Vivir en una gran ciudad es emborracharse con la variedad de sus barrios, las anchurosas avenidas y la riqueza de sus mundos. Ya Baudelaire hablaba de Ia ebriedad religiosa de las grandes urbes. Si la felicidad es la embriaguez eterna, como decía un filósofo griego, para llegar a ella hay que huir del idilio inerte de la paz de los campos y adentrarse en el infierno urbano para conocer el paraíso. Sin embargo, no pueden disfrutar nunca del encanto de las grandes ciudades el aristócrata, el burgués y el proletario, porque están sometidos a las reglas sociales de sus respectivas clases. Son los bohemios, esos marginados de la sociedad, los primeros que disfrutaron de la aventura que constituye vivir en una gran ciudad, debido a su libre y azarosa existencia.Los bohemios eran tipos humanos muy variados y diferentes: conspiradores que se reunían en barrios sórdidos; anarquistas que soñaban con la bomba única, destructor del mundo; el poeta maldito, satánico; los periodistas famélicos; los viciosos que se ocultaban de la luz de los faroles entre las inciertas sombras de los árboles, y los tantos insólitos personajes nocturnos. Pero todos y tan diferentes estaban unidos en una protesta secreta contra la sociedad. Se reunían en pequeñas tabernas, bebían y cantaban porque el vino abre al desheredado sueños de venganza y grandeza futura. La feliz embriaguez era el estado permanente de sus existencias.

En este paisaje urbano surge también el paseante en corte, personaje que divaga entre calle y calle, absorbido por la muchedumbre que le arrastra. Como no tiene nada que hacer, es un puro abandono a todo lo que aparece ante sus ojos. "Quien se aburre en el seno de la multitud es un imbécil, y yo lo desprecio" (Guy). Hay, sí, muchas cosas que ver y de que sorprenderse en el deambular por las calles de una gran ciudad. Se puede ir andando sin fijarse en nada, como el personaje citado, que sólo goza del espacio urbano; o buscar inquisitivamente, como un detective que sigue las huellas de un alma perdida; o mirar a lo lejos, como el soñador de utopías; o el que mira y remira para captar el gesto rápido de un paseante, como el pintor; o como el dibujante, que observa la tristeza de una frente contra la cual choca. Son múltiples las embriagueces que puede ofrecer este dulce pasear entre las gentes. Mas lo trágico acontece cuando los paseantes se miran y no se ven, embriagados por sus intereses particulares que los aísla, en una indiferencia bruta, "aún más repelente cuando todos se aprietan en pequeño espacio" (Engels). La preponderancia de la actividad de los ojos sobre la del oído en las grandes ciudades, que señala Simmel, no tiene importancia si tan sólo se trata de pasar el tiempo, pero es gravísimo cuando nos atomiza e impide comunicarnos. Quizá por ello, cuando creemos descubrir en una mirada el amor con que soñamos desde siempre, no nos percatamos que los amores de las grandes ciudades son espaciosos como sus avenidas, pero fortuitos. Encontrarlos y hasta vivirlos es como verlos pasar sin destino.

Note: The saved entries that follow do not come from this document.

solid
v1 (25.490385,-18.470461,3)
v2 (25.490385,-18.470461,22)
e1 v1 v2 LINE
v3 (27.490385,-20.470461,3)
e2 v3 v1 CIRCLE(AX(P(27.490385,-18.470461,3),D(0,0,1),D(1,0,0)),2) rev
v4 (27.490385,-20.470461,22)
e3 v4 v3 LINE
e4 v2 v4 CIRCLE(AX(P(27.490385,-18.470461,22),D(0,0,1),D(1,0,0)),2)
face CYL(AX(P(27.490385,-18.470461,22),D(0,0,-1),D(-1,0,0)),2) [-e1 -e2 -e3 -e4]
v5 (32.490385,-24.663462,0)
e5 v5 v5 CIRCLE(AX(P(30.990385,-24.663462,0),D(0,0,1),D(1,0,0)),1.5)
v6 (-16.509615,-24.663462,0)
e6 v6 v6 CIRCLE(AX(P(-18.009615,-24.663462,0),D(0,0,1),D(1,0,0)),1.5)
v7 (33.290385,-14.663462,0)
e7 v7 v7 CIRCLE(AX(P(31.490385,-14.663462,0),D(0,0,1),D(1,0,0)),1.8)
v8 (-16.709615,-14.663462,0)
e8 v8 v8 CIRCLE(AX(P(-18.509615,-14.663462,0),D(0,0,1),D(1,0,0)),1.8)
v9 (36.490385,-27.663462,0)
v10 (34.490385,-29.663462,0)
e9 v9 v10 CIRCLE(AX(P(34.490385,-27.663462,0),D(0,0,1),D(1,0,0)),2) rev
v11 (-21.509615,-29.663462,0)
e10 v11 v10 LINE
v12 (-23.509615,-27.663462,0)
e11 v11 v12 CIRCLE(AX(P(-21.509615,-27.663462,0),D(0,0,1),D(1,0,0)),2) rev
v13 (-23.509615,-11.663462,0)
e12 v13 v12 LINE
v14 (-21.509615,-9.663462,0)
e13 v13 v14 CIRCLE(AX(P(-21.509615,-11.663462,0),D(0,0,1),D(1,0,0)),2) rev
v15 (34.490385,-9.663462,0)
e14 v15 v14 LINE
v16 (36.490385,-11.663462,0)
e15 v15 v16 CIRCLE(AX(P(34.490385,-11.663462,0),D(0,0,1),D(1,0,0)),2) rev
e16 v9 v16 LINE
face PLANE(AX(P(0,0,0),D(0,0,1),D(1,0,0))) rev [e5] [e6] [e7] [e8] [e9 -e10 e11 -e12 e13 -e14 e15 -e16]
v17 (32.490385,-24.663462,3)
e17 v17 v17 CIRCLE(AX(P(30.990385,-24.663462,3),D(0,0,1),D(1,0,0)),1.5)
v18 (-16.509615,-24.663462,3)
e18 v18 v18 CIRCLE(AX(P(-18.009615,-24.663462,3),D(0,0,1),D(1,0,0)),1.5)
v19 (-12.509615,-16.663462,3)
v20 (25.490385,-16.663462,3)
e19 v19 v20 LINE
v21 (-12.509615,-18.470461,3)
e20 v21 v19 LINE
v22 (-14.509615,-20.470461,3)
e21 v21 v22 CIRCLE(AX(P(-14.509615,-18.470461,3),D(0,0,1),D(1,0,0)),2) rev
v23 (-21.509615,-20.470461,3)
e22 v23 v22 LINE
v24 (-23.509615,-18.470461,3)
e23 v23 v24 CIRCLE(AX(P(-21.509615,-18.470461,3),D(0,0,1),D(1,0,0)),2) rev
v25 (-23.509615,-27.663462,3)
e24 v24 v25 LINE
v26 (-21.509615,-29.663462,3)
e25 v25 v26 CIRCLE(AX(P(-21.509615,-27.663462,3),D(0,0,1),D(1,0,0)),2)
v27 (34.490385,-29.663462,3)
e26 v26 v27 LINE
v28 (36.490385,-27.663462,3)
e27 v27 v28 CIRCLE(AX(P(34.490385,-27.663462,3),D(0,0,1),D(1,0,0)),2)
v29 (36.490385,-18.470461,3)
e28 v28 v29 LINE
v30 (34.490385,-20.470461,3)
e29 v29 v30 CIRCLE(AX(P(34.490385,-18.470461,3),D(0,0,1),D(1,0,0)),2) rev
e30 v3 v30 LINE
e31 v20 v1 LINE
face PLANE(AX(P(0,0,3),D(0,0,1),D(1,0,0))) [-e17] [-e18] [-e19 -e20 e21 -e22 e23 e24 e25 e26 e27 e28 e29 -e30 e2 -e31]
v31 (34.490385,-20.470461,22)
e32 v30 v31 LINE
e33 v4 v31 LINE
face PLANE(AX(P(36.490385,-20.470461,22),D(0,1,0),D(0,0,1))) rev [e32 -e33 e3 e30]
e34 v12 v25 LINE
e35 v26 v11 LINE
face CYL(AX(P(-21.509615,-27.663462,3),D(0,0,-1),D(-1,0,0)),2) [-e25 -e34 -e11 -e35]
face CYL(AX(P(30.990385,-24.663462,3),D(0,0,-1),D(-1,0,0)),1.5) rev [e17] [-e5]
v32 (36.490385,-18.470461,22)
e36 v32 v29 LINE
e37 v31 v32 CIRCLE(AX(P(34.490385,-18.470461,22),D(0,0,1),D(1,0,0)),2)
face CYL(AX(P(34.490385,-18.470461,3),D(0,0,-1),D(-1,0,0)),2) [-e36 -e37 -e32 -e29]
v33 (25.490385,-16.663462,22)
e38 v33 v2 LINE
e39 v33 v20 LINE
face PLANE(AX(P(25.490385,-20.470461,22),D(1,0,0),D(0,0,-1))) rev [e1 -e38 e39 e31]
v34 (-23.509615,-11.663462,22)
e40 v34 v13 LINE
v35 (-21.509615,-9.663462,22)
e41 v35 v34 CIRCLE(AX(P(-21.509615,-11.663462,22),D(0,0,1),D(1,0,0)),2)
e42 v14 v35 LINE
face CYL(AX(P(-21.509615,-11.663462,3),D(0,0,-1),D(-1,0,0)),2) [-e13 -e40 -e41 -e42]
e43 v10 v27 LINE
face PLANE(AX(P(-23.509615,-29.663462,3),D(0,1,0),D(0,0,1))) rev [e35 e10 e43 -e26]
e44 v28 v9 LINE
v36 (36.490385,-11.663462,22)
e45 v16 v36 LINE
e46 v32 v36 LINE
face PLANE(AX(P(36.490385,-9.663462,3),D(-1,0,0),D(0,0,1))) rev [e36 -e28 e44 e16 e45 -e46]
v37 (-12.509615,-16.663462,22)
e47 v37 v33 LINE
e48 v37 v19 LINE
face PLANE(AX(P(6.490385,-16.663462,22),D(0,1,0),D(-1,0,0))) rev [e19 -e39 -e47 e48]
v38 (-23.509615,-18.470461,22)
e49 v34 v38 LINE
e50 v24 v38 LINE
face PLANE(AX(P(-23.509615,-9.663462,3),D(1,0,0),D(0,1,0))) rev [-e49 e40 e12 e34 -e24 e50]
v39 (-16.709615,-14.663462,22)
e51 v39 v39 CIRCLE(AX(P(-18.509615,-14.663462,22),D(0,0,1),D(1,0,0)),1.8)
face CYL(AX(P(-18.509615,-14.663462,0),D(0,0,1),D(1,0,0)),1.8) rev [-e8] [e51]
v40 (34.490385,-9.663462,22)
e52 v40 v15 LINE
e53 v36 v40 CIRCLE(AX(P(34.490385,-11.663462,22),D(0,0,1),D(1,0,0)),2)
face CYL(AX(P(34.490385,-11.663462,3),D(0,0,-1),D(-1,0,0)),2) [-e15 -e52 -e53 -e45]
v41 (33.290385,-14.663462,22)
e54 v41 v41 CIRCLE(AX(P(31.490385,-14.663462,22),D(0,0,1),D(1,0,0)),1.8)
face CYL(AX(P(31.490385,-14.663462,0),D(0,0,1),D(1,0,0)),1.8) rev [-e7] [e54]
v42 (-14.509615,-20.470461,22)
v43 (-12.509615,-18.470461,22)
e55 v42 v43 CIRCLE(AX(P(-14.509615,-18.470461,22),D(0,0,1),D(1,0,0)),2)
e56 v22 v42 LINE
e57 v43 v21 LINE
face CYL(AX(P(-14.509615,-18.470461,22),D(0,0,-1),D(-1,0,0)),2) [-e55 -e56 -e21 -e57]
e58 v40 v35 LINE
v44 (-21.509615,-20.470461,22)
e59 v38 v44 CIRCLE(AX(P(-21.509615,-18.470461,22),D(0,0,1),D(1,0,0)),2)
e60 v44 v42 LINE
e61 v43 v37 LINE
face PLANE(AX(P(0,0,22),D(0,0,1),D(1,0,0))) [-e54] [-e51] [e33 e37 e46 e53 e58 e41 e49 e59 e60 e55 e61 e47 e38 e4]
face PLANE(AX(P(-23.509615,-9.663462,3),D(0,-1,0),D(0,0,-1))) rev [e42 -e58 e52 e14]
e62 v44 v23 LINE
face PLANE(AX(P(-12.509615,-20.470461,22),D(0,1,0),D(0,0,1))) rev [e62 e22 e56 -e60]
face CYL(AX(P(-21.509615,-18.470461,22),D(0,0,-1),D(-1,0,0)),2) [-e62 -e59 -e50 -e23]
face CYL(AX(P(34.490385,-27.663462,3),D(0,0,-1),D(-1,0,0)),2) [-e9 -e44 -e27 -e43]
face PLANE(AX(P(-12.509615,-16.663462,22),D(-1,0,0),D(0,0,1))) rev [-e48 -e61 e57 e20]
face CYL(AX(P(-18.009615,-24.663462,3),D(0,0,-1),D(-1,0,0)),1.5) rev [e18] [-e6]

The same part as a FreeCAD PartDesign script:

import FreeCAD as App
import Part
import Sketcher

V = App.Vector


def edges_at(feature, points):
    """Names of the edges that pass closest to the given points."""
    edges = feature.Shape.Edges
    near = lambda p: min(range(len(edges)), key=lambda i: edges[i].distToShape(Part.Vertex(*p))[0])
    return sorted({f"Edge{near(p) + 1}" for p in points})

doc = App.newDocument("Part")
body = doc.addObject("PartDesign::Body", "Body")

# Sketch on XY plane
sketch1 = body.newObject("Sketcher::SketchObject", "Sketch")
sketch1.AttachmentSupport = (doc.getObject("XY_Plane"), [""])
sketch1.MapMode = "FlatFace"
sketch1.addGeometry([
    Part.LineSegment(V(-23.5, -9.7, 0), V(-23.5, -29.7, 0)),  # 0
    Part.LineSegment(V(-23.5, -29.7, 0), V(36.5, -29.7, 0)),  # 1
    Part.LineSegment(V(36.5, -29.7, 0), V(36.5, -9.7, 0)),  # 2
    Part.LineSegment(V(36.5, -9.7, 0), V(-23.5, -9.7, 0)),  # 3
    Part.Circle(V(-18, -24.7, 0), V(0, 0, 1), 1.5),  # 4
    Part.Circle(V(31, -24.7, 0), V(0, 0, 1), 1.5),  # 5
], False)
sketch1.addConstraint([
    Sketcher.Constraint("Coincident", 0, 2, 1, 1),
    Sketcher.Constraint("Coincident", 1, 2, 2, 1),
    Sketcher.Constraint("Coincident", 2, 2, 3, 1),
    Sketcher.Constraint("Coincident", 3, 2, 0, 1),
    Sketcher.Constraint("Vertical", 0),
    Sketcher.Constraint("Horizontal", 1),
    Sketcher.Constraint("Vertical", 2),
    Sketcher.Constraint("Horizontal", 3),
    Sketcher.Constraint("Equal", 4, 5),
    Sketcher.Constraint("Horizontal", 4, 3, 5, 3),
    Sketcher.Constraint("Diameter", 4, 3.0),
    Sketcher.Constraint("DistanceX", 1, 1, 1, 2, 60.0),
    Sketcher.Constraint("DistanceY", 0, 2, 0, 1, 20.0),
    Sketcher.Constraint("DistanceX", 4, 3, 5, 3, 49.0),
    Sketcher.Constraint("DistanceY", 0, 2, 4, 3, 5.0),
    Sketcher.Constraint("DistanceX", 0, 2, 4, 3, 5.5),
    Sketcher.Constraint("DistanceY", 4, 3, -1, 1, 24.663462),
    Sketcher.Constraint("DistanceX", 4, 3, -1, 1, 18.009615),
])
pad1 = body.newObject("PartDesign::Pad", "Pad")
pad1.Profile = sketch1
pad1.Length = 3

# Sketch on XY plane
sketch2 = body.newObject("Sketcher::SketchObject", "Sketch001")
sketch2.AttachmentSupport = (doc.getObject("XY_Plane"), [""])
sketch2.MapMode = "FlatFace"
sketch2.AttachmentOffset = App.Placement(V(0, 0, 3), App.Rotation())
sketch2.addGeometry([
    Part.LineSegment(V(25.5, -16.7, 0), V(25.5, -20.5, 0)),  # 0
    Part.LineSegment(V(25.5, -20.5, 0), V(36.5, -20.5, 0)),  # 1
    Part.LineSegment(V(36.5, -20.5, 0), V(36.5, -9.7, 0)),  # 2
    Part.LineSegment(V(36.5, -9.7, 0), V(-23.5, -9.7, 0)),  # 3
    Part.LineSegment(V(-23.5, -9.7, 0), V(-23.5, -20.5, 0)),  # 4
    Part.LineSegment(V(-23.5, -20.5, 0), V(-12.5, -20.5, 0)),  # 5
    Part.LineSegment(V(-12.5, -20.5, 0), V(-12.5, -16.7, 0)),  # 6
    Part.LineSegment(V(-12.5, -16.7, 0), V(25.5, -16.7, 0)),  # 7
], False)
sketch2.addConstraint([
    Sketcher.Constraint("Coincident", 0, 2, 1, 1),
    Sketcher.Constraint("Coincident", 1, 2, 2, 1),
    Sketcher.Constraint("Coincident", 2, 2, 3, 1),
    Sketcher.Constraint("Coincident", 3, 2, 4, 1),
    Sketcher.Constraint("Coincident", 4, 2, 5, 1),
    Sketcher.Constraint("Coincident", 5, 2, 6, 1),
    Sketcher.Constraint("Coincident", 6, 2, 7, 1),
    Sketcher.Constraint("Coincident", 7, 2, 0, 1),
    Sketcher.Constraint("Vertical", 0),
    Sketcher.Constraint("Horizontal", 1),
    Sketcher.Constraint("Vertical", 2),
    Sketcher.Constraint("Horizontal", 3),
    Sketcher.Constraint("Vertical", 4),
    Sketcher.Constraint("Horizontal", 5),
    Sketcher.Constraint("Vertical", 6),
    Sketcher.Constraint("Horizontal", 7),
    Sketcher.Constraint("Horizontal", 1, 2, 4, 2),
    Sketcher.Constraint("Equal", 1, 5),
    Sketcher.Constraint("DistanceX", 1, 1, 1, 2, 11.0),
    Sketcher.Constraint("DistanceX", 3, 2, 3, 1, 60.0),
    Sketcher.Constraint("DistanceY", 6, 2, 3, 2, 7.0),
    Sketcher.Constraint("DistanceY", 0, 2, 0, 1, 3.807),
    Sketcher.Constraint("DistanceY", 0, 2, -1, 1, 20.470461),
    Sketcher.Constraint("DistanceX", -1, 1, 0, 2, 25.490385),
])
pad2 = body.newObject("PartDesign::Pad", "Pad001")
pad2.Profile = sketch2
pad2.Length = 19

# Sketch on XY plane
sketch3 = body.newObject("Sketcher::SketchObject", "Sketch002")
sketch3.AttachmentSupport = (doc.getObject("XY_Plane"), [""])
sketch3.MapMode = "FlatFace"
sketch3.AttachmentOffset = App.Placement(V(0, 0, 22), App.Rotation())
sketch3.addGeometry([
    Part.Circle(V(31.5, -14.7, 0), V(0, 0, 1), 1.8),
    Part.Circle(V(-18.5, -14.7, 0), V(0, 0, 1), 1.8),
], False)
sketch3.addConstraint([
    Sketcher.Constraint("Equal", 0, 1),
    Sketcher.Constraint("Horizontal", 0, 3, 1, 3),
    Sketcher.Constraint("Diameter", 0, 3.6),
    Sketcher.Constraint("DistanceX", 1, 3, 0, 3, 50.0),
    Sketcher.Constraint("DistanceY", 0, 3, -1, 1, 14.663462),
    Sketcher.Constraint("DistanceX", -1, 1, 0, 3, 31.490385),
])
pocket1 = body.newObject("PartDesign::Pocket", "Pocket")
pocket1.Profile = sketch3
pocket1.Type = "ThroughAll"
doc.recompute()

fillet = body.newObject("PartDesign::Fillet", "Fillet")
fillet.Base = (pocket1, edges_at(pocket1, [
    (25.49, -20.47, 12.5),
    (36.49, -20.47, 12.5),
    (-23.51, -20.47, 12.5),
    (-12.51, -20.47, 12.5),
    (-23.51, -9.663, 11),
    (36.49, -9.663, 11),
    (36.49, -29.663, 1.5),
    (-23.51, -29.663, 1.5),
]))
fillet.Radius = 2

doc.recompute()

A esta ebriedad que suscita la gran ciudad, con el paso de los años le sucede la nostalgia. Entonces, andar por las calles como si fuesen mares eternamente navegados nos sumerge en el propio pasado. Jesús Quintero, El Loco de la Colina como gusta llamarse, me preguntaba la otra noche por qué tengo la manía de pasear por las calles de Madrid. "Para revivirme", le contesté. Las piedras de las casas guardan las huellas de cuanto hemos vivido y en las que podemos reconocernos.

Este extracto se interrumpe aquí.